Posted by: Patrick S. O'Donnell | Jul 7, 2008 8:22:27 PM

Hi Rick. I just want to clarify that Turkish secularism is not a form of "separationism": on the contrary, every mosque in Turkey is owned and operated by the government and every imam is a government employee. So much for the Lemon test.

Posted by: Adil Haque | Jul 7, 2008 7:09:13 PM

On the Bork nonsense -- part of the idea of a "coup" is the use of illegitimate violence (violence not sanctioned by the ordinary legal forms) against the legitimate leaders. For a "coup by court" to make any sense as a coup in the ordinary sense, they'd have to have extra-legal guns backing it up.

In this case, that seems like what might happen (that is, the court may randomly decide to ban the political party, and the army might step in to enforce it), but those extra-legal guns aren't the court's. They're the army's.
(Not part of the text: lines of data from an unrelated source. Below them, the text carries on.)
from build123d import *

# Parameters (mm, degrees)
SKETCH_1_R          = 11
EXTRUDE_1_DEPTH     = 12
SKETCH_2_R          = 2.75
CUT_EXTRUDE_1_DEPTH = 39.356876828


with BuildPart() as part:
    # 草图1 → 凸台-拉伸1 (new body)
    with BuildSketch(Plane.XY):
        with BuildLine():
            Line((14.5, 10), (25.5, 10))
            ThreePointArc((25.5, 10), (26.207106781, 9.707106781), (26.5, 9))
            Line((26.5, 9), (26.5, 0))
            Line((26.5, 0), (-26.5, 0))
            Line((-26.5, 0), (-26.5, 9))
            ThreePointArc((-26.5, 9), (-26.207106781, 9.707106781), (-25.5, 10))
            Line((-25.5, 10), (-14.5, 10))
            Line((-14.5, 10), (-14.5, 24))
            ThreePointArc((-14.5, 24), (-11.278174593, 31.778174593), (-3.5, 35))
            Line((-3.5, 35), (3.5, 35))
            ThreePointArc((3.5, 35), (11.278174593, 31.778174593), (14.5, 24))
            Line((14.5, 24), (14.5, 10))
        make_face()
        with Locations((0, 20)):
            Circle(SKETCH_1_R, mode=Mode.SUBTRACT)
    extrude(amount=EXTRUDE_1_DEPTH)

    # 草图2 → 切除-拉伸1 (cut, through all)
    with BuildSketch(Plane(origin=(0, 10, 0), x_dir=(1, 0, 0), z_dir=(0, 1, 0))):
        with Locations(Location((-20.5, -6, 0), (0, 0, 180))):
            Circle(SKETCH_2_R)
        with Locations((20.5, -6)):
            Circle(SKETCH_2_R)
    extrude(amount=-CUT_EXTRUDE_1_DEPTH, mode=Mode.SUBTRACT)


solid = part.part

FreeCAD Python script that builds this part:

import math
import FreeCAD as App
import Part
import Sketcher
from FreeCAD import Vector
Q = App.Units.Quantity

doc = App.newDocument("Part")
body = doc.addObject("PartDesign::Body", "Body")

sketch1 = body.newObject("Sketcher::SketchObject", "Sketch")
sketch1.AttachmentSupport = (doc.getObject("XY_Plane"), [""])
sketch1.MapMode = "FlatFace"
sketch1.addGeometry(Part.LineSegment(Vector(25.5, 10, 0), Vector(14.5, 10, 0)), False)
sketch1.addGeometry(Part.LineSegment(Vector(14.5, 10, 0), Vector(14.5, 24, 0)), False)
sketch1.addGeometry(Part.ArcOfCircle(Part.Circle(Vector(3.5, 24, 0), Vector(0, 0, 1), 11), math.radians(0), math.radians(90)), False)
sketch1.addGeometry(Part.LineSegment(Vector(3.5, 35, 0), Vector(-3.5, 35, 0)), False)
sketch1.addGeometry(Part.ArcOfCircle(Part.Circle(Vector(-3.5, 24, 0), Vector(0, 0, 1), 11), math.radians(90), math.radians(180)), False)
sketch1.addGeometry(Part.LineSegment(Vector(-14.5, 24, 0), Vector(-14.5, 10, 0)), False)
sketch1.addGeometry(Part.LineSegment(Vector(-14.5, 10, 0), Vector(-25.5, 10, 0)), False)
sketch1.addGeometry(Part.ArcOfCircle(Part.Circle(Vector(-25.5, 9, 0), Vector(0, 0, 1), 1), math.radians(90), math.radians(180)), False)
sketch1.addGeometry(Part.LineSegment(Vector(-26.5, 9, 0), Vector(-26.5, 0, 0)), False)
sketch1.addGeometry(Part.LineSegment(Vector(-26.5, 0, 0), Vector(26.5, 0, 0)), False)
sketch1.addGeometry(Part.LineSegment(Vector(26.5, 0, 0), Vector(26.5, 9, 0)), False)
sketch1.addGeometry(Part.ArcOfCircle(Part.Circle(Vector(25.5, 9, 0), Vector(0, 0, 1), 1), math.radians(0), math.radians(90)), False)
sketch1.addGeometry(Part.Circle(Vector(0, 20, 0), Vector(0, 0, 1), 11), False)
sketch1.addConstraint(Sketcher.Constraint("Coincident", 0, 2, 1, 1))
sketch1.addConstraint(Sketcher.Constraint("Tangent", 1, 2, 2, 1))
sketch1.addConstraint(Sketcher.Constraint("Tangent", 2, 2, 3, 1))
sketch1.addConstraint(Sketcher.Constraint("Tangent", 3, 2, 4, 1))
sketch1.addConstraint(Sketcher.Constraint("Tangent", 4, 2, 5, 1))
sketch1.addConstraint(Sketcher.Constraint("Coincident", 5, 2, 6, 1))
sketch1.addConstraint(Sketcher.Constraint("Tangent", 6, 2, 7, 1))
sketch1.addConstraint(Sketcher.Constraint("Tangent", 7, 2, 8, 1))
sketch1.addConstraint(Sketcher.Constraint("Coincident", 8, 2, 9, 1))
sketch1.addConstraint(Sketcher.Constraint("Coincident", 9, 2, 10, 1))
sketch1.addConstraint(Sketcher.Constraint("Tangent", 10, 2, 11, 1))
sketch1.addConstraint(Sketcher.Constraint("Tangent", 11, 2, 0, 1))
sketch1.addConstraint(Sketcher.Constraint("Horizontal", 0))
sketch1.addConstraint(Sketcher.Constraint("Vertical", 1))
sketch1.addConstraint(Sketcher.Constraint("Horizontal", 3))
sketch1.addConstraint(Sketcher.Constraint("Vertical", 5))
sketch1.addConstraint(Sketcher.Constraint("Horizontal", 6))
sketch1.addConstraint(Sketcher.Constraint("Vertical", 8))
sketch1.addConstraint(Sketcher.Constraint("Horizontal", 9))
sketch1.addConstraint(Sketcher.Constraint("Vertical", 10))
sketch1.addConstraint(Sketcher.Constraint("Equal", 2, 4))
sketch1.addConstraint(Sketcher.Constraint("Equal", 7, 11))
sketch1.addConstraint(Sketcher.Constraint("Equal", 4, 12))
sketch1.addConstraint(Sketcher.Constraint("Symmetric", 8, 2, 9, 2, -1, 1))
sketch1.addConstraint(Sketcher.Constraint("Symmetric", 0, 2, 5, 2, -2))
sketch1.addConstraint(Sketcher.Constraint("PointOnObject", 12, 3, -2))
sketch1.addConstraint(Sketcher.Constraint("Diameter", 12, Q("22 mm")))
sketch1.addConstraint(Sketcher.Constraint("Radius", 7, Q("1 mm")))
sketch1.addConstraint(Sketcher.Constraint("DistanceX", 0, 2, 0, 1, Q("11 mm")))
sketch1.addConstraint(Sketcher.Constraint("DistanceX", 3, 2, 3, 1, Q("7 mm")))
sketch1.addConstraint(Sketcher.Constraint("DistanceY", 1, 1, 1, 2, Q("14 mm")))
sketch1.addConstraint(Sketcher.Constraint("DistanceY", 8, 2, 8, 1, Q("9 mm")))
sketch1.addConstraint(Sketcher.Constraint("DistanceY", -1, 1, 12, 3, Q("20 mm")))
pad1 = body.newObject("PartDesign::Pad", "Pad")
pad1.Profile = sketch1
pad1.Length = 12

sketch2 = body.newObject("Sketcher::SketchObject", "Sketch001")
sketch2.AttachmentSupport = (doc.getObject("XZ_Plane"), [""])
sketch2.MapMode = "FlatFace"
sketch2.AttachmentOffset = App.Placement(Vector(0, 0, -10), App.Rotation())
sketch2.addGeometry(Part.Circle(Vector(-20.5, 6, 0), Vector(0, 0, 1), 2.75), False)
sketch2.addGeometry(Part.Circle(Vector(20.5, 6, 0), Vector(0, 0, 1), 2.75), False)
sketch2.addConstraint(Sketcher.Constraint("Equal", 0, 1))
sketch2.addConstraint(Sketcher.Constraint("Symmetric", 0, 3, 1, 3, -2))
sketch2.addConstraint(Sketcher.Constraint("Diameter", 0, Q("5.5 mm")))
sketch2.addConstraint(Sketcher.Constraint("DistanceY", -1, 1, 0, 3, Q("6 mm")))
sketch2.addConstraint(Sketcher.Constraint("DistanceX", 0, 3, 1, 3, Q("41 mm")))
pocket1 = body.newObject("PartDesign::Pocket", "Pocket")
pocket1.Profile = sketch2
pocket1.Type = "ThroughAll"
pocket1.Reversed = True

doc.recompute()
That is -- what you're calling a "coup by court" is just an old-fashioned "coup by guys with guns" -- the army is just adding the legal form of the court to its plan to overthrow the sitting government. Without the army, or if the army was loyal to the sitting government, it wouldn't work.
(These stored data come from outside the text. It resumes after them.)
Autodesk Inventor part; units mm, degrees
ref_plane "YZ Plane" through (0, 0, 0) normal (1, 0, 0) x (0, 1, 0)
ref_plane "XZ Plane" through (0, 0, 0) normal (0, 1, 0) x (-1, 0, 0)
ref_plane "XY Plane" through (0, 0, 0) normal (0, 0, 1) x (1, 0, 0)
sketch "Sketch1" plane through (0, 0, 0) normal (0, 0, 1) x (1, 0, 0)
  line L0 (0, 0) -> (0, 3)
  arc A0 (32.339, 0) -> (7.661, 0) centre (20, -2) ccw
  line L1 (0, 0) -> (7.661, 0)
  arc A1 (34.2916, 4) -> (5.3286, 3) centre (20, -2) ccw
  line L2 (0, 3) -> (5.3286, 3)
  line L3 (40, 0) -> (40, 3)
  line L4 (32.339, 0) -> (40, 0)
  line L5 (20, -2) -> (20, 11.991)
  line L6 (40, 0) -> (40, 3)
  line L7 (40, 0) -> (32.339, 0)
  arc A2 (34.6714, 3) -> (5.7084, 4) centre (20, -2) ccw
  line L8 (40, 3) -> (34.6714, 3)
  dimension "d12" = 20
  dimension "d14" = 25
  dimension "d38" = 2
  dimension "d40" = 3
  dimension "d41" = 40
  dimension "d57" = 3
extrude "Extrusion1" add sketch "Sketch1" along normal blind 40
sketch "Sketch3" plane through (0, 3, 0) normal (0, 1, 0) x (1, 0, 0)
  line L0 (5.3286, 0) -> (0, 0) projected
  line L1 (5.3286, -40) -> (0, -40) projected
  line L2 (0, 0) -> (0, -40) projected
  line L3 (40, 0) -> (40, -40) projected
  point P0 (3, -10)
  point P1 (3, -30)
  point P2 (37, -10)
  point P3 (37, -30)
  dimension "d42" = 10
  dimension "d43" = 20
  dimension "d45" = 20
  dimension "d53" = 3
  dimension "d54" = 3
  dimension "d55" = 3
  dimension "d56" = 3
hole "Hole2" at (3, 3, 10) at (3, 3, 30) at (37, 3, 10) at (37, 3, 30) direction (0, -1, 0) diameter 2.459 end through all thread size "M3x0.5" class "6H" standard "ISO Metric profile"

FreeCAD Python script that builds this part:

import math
import FreeCAD as App
import Part
import Sketcher
from FreeCAD import Vector

doc = App.newDocument("Part")
body = doc.addObject("PartDesign::Body", "Body")

# Sketch on XY plane
sketch1 = body.newObject("Sketcher::SketchObject", "Sketch")
sketch1.AttachmentSupport = (doc.getObject("XY_Plane"), [""])
sketch1.MapMode = "FlatFace"
sketch1.addGeometry(Part.LineSegment(Vector(0, 3, 0), Vector(0, 0, 0)), False)
sketch1.addGeometry(Part.LineSegment(Vector(0, 0, 0), Vector(7.7, 0, 0)), False)
sketch1.addGeometry(Part.ArcOfCircle(Part.Circle(Vector(20, -2, 0), Vector(0, 0, 1), 12.5), math.radians(9), math.radians(171)), False)
sketch1.addGeometry(Part.LineSegment(Vector(32.3, 0, 0), Vector(40, 0, 0)), False)
sketch1.addGeometry(Part.LineSegment(Vector(40, 0, 0), Vector(40, 3, 0)), False)
sketch1.addGeometry(Part.LineSegment(Vector(40, 3, 0), Vector(34.7, 3, 0)), False)
sketch1.addGeometry(Part.ArcOfCircle(Part.Circle(Vector(20, -2, 0), Vector(0, 0, 1), 15.5), math.radians(18.82), math.radians(22.77)), False)
sketch1.addGeometry(Part.ArcOfCircle(Part.Circle(Vector(20, -2, 0), Vector(0, 0, 1), 15.5), math.radians(23), math.radians(161)), False)
sketch1.addGeometry(Part.LineSegment(Vector(5.3, 3, 0), Vector(0, 3, 0)), False)
sketch1.addConstraint(Sketcher.Constraint("Coincident", 0, 2, 1, 1))
sketch1.addConstraint(Sketcher.Constraint("Coincident", 1, 2, 2, 2))
sketch1.addConstraint(Sketcher.Constraint("Coincident", 2, 1, 3, 1))
sketch1.addConstraint(Sketcher.Constraint("Coincident", 3, 2, 4, 1))
sketch1.addConstraint(Sketcher.Constraint("Coincident", 4, 2, 5, 1))
sketch1.addConstraint(Sketcher.Constraint("Coincident", 5, 2, 6, 1))
sketch1.addConstraint(Sketcher.Constraint("Tangent", 6, 2, 7, 1))
sketch1.addConstraint(Sketcher.Constraint("Coincident", 7, 2, 8, 1))
sketch1.addConstraint(Sketcher.Constraint("Coincident", 8, 2, 0, 1))
sketch1.addConstraint(Sketcher.Constraint("Vertical", 0))
sketch1.addConstraint(Sketcher.Constraint("Horizontal", 1))
sketch1.addConstraint(Sketcher.Constraint("Horizontal", 3))
sketch1.addConstraint(Sketcher.Constraint("Vertical", 4))
sketch1.addConstraint(Sketcher.Constraint("Horizontal", 5))
sketch1.addConstraint(Sketcher.Constraint("Horizontal", 8))
sketch1.addConstraint(Sketcher.Constraint("Coincident", 0, 2, -1, 1))
sketch1.addConstraint(Sketcher.Constraint("Coincident", 6, 3, 2, 3))
sketch1.addConstraint(Sketcher.Constraint("Equal", 6, 7))
sketch1.addConstraint(Sketcher.Constraint("PointOnObject", 2, 1, -1))
sketch1.addConstraint(Sketcher.Constraint("Horizontal", 5, 2, 7, 2))
sketch1.addConstraint(Sketcher.Constraint("Equal", 1, 3))
sketch1.addConstraint(Sketcher.Constraint("Radius", 2, 12.5))
sketch1.addConstraint(Sketcher.Constraint("DistanceY", 0, 2, 0, 1, 3.0))
sketch1.addConstraint(Sketcher.Constraint("DistanceX", -1, 1, 2, 3, 20.0))
sketch1.addConstraint(Sketcher.Constraint("DistanceY", 2, 3, -1, 1, 2.0))
sketch1.addConstraint(Sketcher.Constraint("Radius", 6, 15.5))
sketch1.addConstraint(Sketcher.Constraint("DistanceY", -1, 1, 6, 2, 4.0))
pad1 = body.newObject("PartDesign::Pad", "Pad")
pad1.Profile = sketch1
pad1.Length = 40

# Sketch on XZ plane
sketch2 = body.newObject("Sketcher::SketchObject", "Sketch001")
sketch2.AttachmentSupport = (doc.getObject("XZ_Plane"), [""])
sketch2.MapMode = "FlatFace"
sketch2.AttachmentOffset = App.Placement(Vector(0, 0, -3), App.Rotation())
sketch2.addGeometry(Part.Circle(Vector(3, 10, 0), Vector(0, 0, 1), 1.2), False)
sketch2.addGeometry(Part.Circle(Vector(3, 30, 0), Vector(0, 0, 1), 1.2), False)
sketch2.addGeometry(Part.Circle(Vector(37, 10, 0), Vector(0, 0, 1), 1.2), False)
sketch2.addGeometry(Part.Circle(Vector(37, 30, 0), Vector(0, 0, 1), 1.2), False)
sketch2.addConstraint(Sketcher.Constraint("Equal", 0, 1))
sketch2.addConstraint(Sketcher.Constraint("Equal", 1, 2))
sketch2.addConstraint(Sketcher.Constraint("Equal", 2, 3))
sketch2.addConstraint(Sketcher.Constraint("Horizontal", 0, 3, 2, 3))
sketch2.addConstraint(Sketcher.Constraint("Horizontal", 1, 3, 3, 3))
sketch2.addConstraint(Sketcher.Constraint("Vertical", 0, 3, 1, 3))
sketch2.addConstraint(Sketcher.Constraint("Vertical", 2, 3, 3, 3))
sketch2.addConstraint(Sketcher.Constraint("Diameter", 0, 2.459))
sketch2.addConstraint(Sketcher.Constraint("DistanceX", -1, 1, 0, 3, 3.0))
sketch2.addConstraint(Sketcher.Constraint("DistanceY", -1, 1, 0, 3, 10.0))
sketch2.addConstraint(Sketcher.Constraint("DistanceY", -1, 1, 1, 3, 30.0))
sketch2.addConstraint(Sketcher.Constraint("DistanceX", -1, 1, 2, 3, 37.0))
doc.recompute()
hole = body.newObject("PartDesign::Hole", "Hole")
hole.Profile = sketch2
hole.ThreadType = "None"
hole.Diameter = 2.459
hole.DepthType = "ThroughAll"
hole.Reversed = True

doc.recompute()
Also, there's a difference between rule of law and its opposite. If anyone -- courts, military officers, even elected legislators -- acts lawlessly, we might say that this is the equivalent to a military coup. That's what those who are afraid of "coup by court" don't understand. All free societies demand some kind of restraint by the people who hold the power.

So it seems to me that if we're going to bandy about phrases like "coup by court," we could equally well talk about "coup by congress" or "coup by President."
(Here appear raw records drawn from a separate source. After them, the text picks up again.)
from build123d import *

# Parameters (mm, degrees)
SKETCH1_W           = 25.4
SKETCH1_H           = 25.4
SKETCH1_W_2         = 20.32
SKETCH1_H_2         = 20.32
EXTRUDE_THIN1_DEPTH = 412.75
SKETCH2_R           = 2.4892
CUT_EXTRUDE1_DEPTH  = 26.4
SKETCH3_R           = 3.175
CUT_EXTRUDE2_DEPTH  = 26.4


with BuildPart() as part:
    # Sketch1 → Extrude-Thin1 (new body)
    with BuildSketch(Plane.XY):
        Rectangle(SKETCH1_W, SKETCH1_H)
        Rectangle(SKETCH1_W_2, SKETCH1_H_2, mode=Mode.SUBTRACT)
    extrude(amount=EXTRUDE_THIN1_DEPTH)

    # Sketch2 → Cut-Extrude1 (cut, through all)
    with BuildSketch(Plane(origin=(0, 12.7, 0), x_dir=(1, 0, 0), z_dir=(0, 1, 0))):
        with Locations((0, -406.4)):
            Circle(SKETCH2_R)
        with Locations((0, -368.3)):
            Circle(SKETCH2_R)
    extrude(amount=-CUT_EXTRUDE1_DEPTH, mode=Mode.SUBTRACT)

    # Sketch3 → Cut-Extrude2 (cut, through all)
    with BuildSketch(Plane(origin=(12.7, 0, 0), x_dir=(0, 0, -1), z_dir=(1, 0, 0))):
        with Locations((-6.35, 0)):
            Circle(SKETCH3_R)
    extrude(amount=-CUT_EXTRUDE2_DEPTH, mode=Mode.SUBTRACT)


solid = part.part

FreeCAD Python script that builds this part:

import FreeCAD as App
import Part
import Sketcher
Q = App.Units.Quantity

doc = App.newDocument("Part")
body = doc.addObject("PartDesign::Body", "Body")

sketch1 = body.newObject("Sketcher::SketchObject", "Sketch")
sketch1.AttachmentSupport = (doc.getObject("XY_Plane"), [""])
sketch1.MapMode = "FlatFace"
sketch1.addGeometry([
    Part.LineSegment(App.Vector(-13, 13, 0), App.Vector(-13, -13, 0)),
    Part.LineSegment(App.Vector(-13, -13, 0), App.Vector(13, -13, 0)),
    Part.LineSegment(App.Vector(13, -13, 0), App.Vector(13, 13, 0)),
    Part.LineSegment(App.Vector(13, 13, 0), App.Vector(-13, 13, 0)),
    Part.LineSegment(App.Vector(10, -10, 0), App.Vector(-10, -10, 0)),
    Part.LineSegment(App.Vector(-10, -10, 0), App.Vector(-10, 10, 0)),
    Part.LineSegment(App.Vector(-10, 10, 0), App.Vector(10, 10, 0)),
    Part.LineSegment(App.Vector(10, 10, 0), App.Vector(10, -10, 0)),
], False)
sketch1.addConstraint([
    Sketcher.Constraint("Coincident", 0, 2, 1, 1),
    Sketcher.Constraint("Coincident", 1, 2, 2, 1),
    Sketcher.Constraint("Coincident", 2, 2, 3, 1),
    Sketcher.Constraint("Coincident", 3, 2, 0, 1),
    Sketcher.Constraint("Coincident", 4, 2, 5, 1),
    Sketcher.Constraint("Coincident", 5, 2, 6, 1),
    Sketcher.Constraint("Coincident", 6, 2, 7, 1),
    Sketcher.Constraint("Coincident", 7, 2, 4, 1),
    Sketcher.Constraint("Vertical", 0),
    Sketcher.Constraint("Horizontal", 1),
    Sketcher.Constraint("Vertical", 2),
    Sketcher.Constraint("Horizontal", 3),
    Sketcher.Constraint("Horizontal", 4),
    Sketcher.Constraint("Vertical", 5),
    Sketcher.Constraint("Horizontal", 6),
    Sketcher.Constraint("Vertical", 7),
    Sketcher.Constraint("Symmetric", 0, 2, 2, 2, -1, 1),
    Sketcher.Constraint("Symmetric", 4, 2, 6, 2, -1, 1),
    Sketcher.Constraint("Equal", 3, 0),
    Sketcher.Constraint("Equal", 6, 5),
    Sketcher.Constraint("DistanceX", 1, 1, 1, 2, Q("1 in")),
    Sketcher.Constraint("DistanceX", 4, 2, 4, 1, Q("0.8 in")),
])
pad1 = body.newObject("PartDesign::Pad", "Pad")
pad1.Profile = sketch1
pad1.Length = Q("16.25 in")

sketch2 = body.newObject("Sketcher::SketchObject", "Sketch001")
sketch2.AttachmentSupport = (doc.getObject("XZ_Plane"), [""])
sketch2.MapMode = "FlatFace"
sketch2.AttachmentOffset = App.Placement(App.Vector(0, 0, -0.5 * 25.4), App.Rotation())
sketch2.addGeometry([
    Part.Circle(App.Vector(0, 406.4, 0), App.Vector(0, 0, 1), 2.5),
    Part.Circle(App.Vector(0, 368.3, 0), App.Vector(0, 0, 1), 2.5),
], False)
sketch2.addConstraint([
    Sketcher.Constraint("Equal", 0, 1),
    Sketcher.Constraint("PointOnObject", 0, 3, -2),
    Sketcher.Constraint("PointOnObject", 1, 3, -2),
    Sketcher.Constraint("Diameter", 0, Q("0.196 in")),
    Sketcher.Constraint("DistanceY", -1, 1, 0, 3, Q("16 in")),
    Sketcher.Constraint("DistanceY", -1, 1, 1, 3, Q("14.5 in")),
])
pocket1 = body.newObject("PartDesign::Pocket", "Pocket")
pocket1.Profile = sketch2
pocket1.Type = "ThroughAll"
pocket1.Reversed = True

sketch3 = body.newObject("Sketcher::SketchObject", "Sketch002")
sketch3.AttachmentSupport = (doc.getObject("YZ_Plane"), [""])
sketch3.MapMode = "FlatFace"
sketch3.AttachmentOffset = App.Placement(App.Vector(0, 0, 0.5 * 25.4), App.Rotation())
sketch3.addGeometry(Part.Circle(App.Vector(0, 6.3, 0), App.Vector(0, 0, 1), 3.2), False)
sketch3.addConstraint([
    Sketcher.Constraint("PointOnObject", 0, 3, -2),
    Sketcher.Constraint("Diameter", 0, Q("0.25 in")),
    Sketcher.Constraint("DistanceY", -1, 1, 0, 3, Q("0.25 in")),
])
pocket2 = body.newObject("PartDesign::Pocket", "Pocket001")
pocket2.Profile = sketch3
pocket2.Type = "ThroughAll"

doc.recompute()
And then we'd have to start acting like serious people and figuring out what *actions* constitute a coup.

Posted by: Paul Gowder | Jul 7, 2008 5:44:11 PM

I love Sam's paper (although I remain unconvinced about his assessment of Erkaban and the Welfare Party as threats to a "fragile democracy": I think that he takes the Kemalists too much at their word).

But the Turkish Supreme Court agreed to hear Abdurrahman Yalcinkaya's indictment of the AKP on May 31st of this year. One would think that the con law blogs would be abuzz this Spring with speculation about when, why, and how the case will be decided -- a case that might, after all, determine whether the major link between Islam and Europe remains a democracy. Instead, there are endless posts on some penny-ante case about gun control in D.C. and hardly a word about Turkey.

Posted by: Rick Hills | Jul 7, 2008 2:13:25 PM

Rick -- really interesting post. But it's not like legal academia has entirely missed Turkey's Supreme Court's banning of political parties and the religious/secular conflict that underlies it. Sam Issacharoff's Fragile Democracies paper, which was in the HLR last year, gives a wonderful exegesis of the constitutional issues at stake in an earlier iteration of this same conflict. It's not a blog, I know, but it's pretty recent.